Well to be fair, financial data should be public, it would stop so many crimes, so much corruption.
Maybe AI saw the problems that hidden financial data causes and just decided to do the world a favor!
As per usual, those pushing for AI the most are the ones who don’t fucking use it.
Is AI good for printing out the syntax, or an example of a library you haven’t used before?
Sure, sometimes yes. Sometimes no.
Should it be a requirement to be a regular part of software development?
No. AI hallucinates very often and is imitative in nature, not innovative.

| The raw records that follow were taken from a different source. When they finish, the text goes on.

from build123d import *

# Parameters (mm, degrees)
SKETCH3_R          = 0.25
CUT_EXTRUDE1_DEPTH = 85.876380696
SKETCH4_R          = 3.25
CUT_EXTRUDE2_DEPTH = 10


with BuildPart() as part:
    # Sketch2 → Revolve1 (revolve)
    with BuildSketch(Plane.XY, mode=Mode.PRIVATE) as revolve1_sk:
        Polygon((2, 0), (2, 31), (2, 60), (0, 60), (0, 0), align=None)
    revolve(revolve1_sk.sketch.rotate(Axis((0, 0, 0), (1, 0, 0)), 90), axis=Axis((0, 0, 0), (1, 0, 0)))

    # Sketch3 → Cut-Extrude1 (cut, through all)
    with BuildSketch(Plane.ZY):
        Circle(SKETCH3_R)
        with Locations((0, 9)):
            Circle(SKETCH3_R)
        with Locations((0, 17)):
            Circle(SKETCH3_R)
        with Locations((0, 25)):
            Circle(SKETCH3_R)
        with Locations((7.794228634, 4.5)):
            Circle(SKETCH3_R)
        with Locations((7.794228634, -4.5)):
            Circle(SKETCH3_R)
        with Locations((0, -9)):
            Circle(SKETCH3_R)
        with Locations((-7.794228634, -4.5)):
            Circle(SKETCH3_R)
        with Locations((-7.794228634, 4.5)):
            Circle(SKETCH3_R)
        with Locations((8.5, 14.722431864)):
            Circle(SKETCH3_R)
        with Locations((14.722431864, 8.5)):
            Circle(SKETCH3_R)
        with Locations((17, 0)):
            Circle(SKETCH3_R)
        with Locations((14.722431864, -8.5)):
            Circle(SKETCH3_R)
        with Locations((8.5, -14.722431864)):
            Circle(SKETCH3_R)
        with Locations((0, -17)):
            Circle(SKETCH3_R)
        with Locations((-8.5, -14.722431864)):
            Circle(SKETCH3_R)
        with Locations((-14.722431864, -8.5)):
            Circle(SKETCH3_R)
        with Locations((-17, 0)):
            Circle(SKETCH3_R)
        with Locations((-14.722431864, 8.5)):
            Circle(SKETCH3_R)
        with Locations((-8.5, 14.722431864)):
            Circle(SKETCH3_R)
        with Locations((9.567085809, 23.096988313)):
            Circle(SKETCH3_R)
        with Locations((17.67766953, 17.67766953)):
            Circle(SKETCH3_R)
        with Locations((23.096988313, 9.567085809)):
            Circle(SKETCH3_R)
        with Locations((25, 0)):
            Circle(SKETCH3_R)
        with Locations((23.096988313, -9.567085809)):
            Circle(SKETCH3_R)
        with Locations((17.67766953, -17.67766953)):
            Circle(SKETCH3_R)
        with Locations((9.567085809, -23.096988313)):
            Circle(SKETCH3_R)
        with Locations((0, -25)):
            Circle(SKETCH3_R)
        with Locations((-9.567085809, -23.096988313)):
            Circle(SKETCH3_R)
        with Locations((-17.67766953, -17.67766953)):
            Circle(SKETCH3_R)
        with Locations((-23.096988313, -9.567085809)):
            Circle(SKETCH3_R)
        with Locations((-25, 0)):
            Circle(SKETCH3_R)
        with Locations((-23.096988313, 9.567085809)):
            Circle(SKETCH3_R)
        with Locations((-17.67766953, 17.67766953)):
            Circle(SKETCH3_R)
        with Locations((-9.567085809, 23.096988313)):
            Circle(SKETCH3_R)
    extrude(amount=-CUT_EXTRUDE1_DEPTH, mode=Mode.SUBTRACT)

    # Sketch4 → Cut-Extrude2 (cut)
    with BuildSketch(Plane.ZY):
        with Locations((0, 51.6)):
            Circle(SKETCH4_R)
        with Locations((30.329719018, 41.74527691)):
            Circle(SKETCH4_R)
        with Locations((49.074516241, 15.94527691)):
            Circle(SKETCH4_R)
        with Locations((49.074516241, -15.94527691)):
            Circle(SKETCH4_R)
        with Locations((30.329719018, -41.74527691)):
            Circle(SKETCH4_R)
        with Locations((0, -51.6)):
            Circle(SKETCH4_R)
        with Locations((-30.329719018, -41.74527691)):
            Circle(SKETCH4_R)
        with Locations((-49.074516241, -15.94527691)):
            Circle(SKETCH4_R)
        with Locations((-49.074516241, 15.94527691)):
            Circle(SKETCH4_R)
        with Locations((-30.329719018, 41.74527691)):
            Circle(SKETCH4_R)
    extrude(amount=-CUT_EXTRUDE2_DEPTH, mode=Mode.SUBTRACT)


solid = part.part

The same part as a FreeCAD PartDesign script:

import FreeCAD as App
import Part
import Sketcher
from FreeCAD import Vector

doc = App.newDocument("Part")
body = doc.addObject("PartDesign::Body", "Body")

# Sketch on XY plane
sketch1 = doc.addObject("Sketcher::SketchObject", "Sketch")
body.addObject(sketch1)
sketch1.AttachmentSupport = (doc.XY_Plane, [""])
sketch1.MapMode = "FlatFace"
sketch1.addGeometry(Part.LineSegment(Vector(2, 0, 0), Vector(2, 60, 0)), False)
sketch1.addGeometry(Part.LineSegment(Vector(2, 60, 0), Vector(0, 60, 0)), False)
sketch1.addGeometry(Part.LineSegment(Vector(0, 60, 0), Vector(0, 0, 0)), False)
sketch1.addGeometry(Part.LineSegment(Vector(0, 0, 0), Vector(2, 0, 0)), False)
sketch1.addConstraint(Sketcher.Constraint("Coincident", 0, 2, 1, 1))
sketch1.addConstraint(Sketcher.Constraint("Coincident", 1, 2, 2, 1))
sketch1.addConstraint(Sketcher.Constraint("Coincident", 2, 2, 3, 1))
sketch1.addConstraint(Sketcher.Constraint("Coincident", 3, 2, 0, 1))
sketch1.addConstraint(Sketcher.Constraint("Vertical", 0))
sketch1.addConstraint(Sketcher.Constraint("Horizontal", 1))
sketch1.addConstraint(Sketcher.Constraint("Vertical", 2))
sketch1.addConstraint(Sketcher.Constraint("Horizontal", 3))
sketch1.addConstraint(Sketcher.Constraint("Coincident", 2, 2, -1, 1))
sketch1.addConstraint(Sketcher.Constraint("DistanceX", 1, 2, 1, 1, 2.0))
sketch1.addConstraint(Sketcher.Constraint("DistanceY", 0, 1, 0, 2, 60.0))
revolution = doc.addObject("PartDesign::Revolution", "Revolution")
body.addObject(revolution)
revolution.Profile = sketch1
revolution.ReferenceAxis = (sketch1, ["H_Axis"])
revolution.Angle = 360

More generally, noone should be required to do anything particular until it affects the team. Forcing people to work a certain way is beyond stupid.
I’ve been refusing to use any AI tools at all and luckily my manager respects that, even if he uses AI for basically everything he does. If the company ever decides to mandate it I’ll just have the AI write all my code and commit it with no checks. With the worker’s rights here, it’ll take several months to fire me anyways.
This is just history repeating itself. A while ago it was typewriter repair persons vs. the keyboard. New tech won and time marched on. Having said that…fuck AI.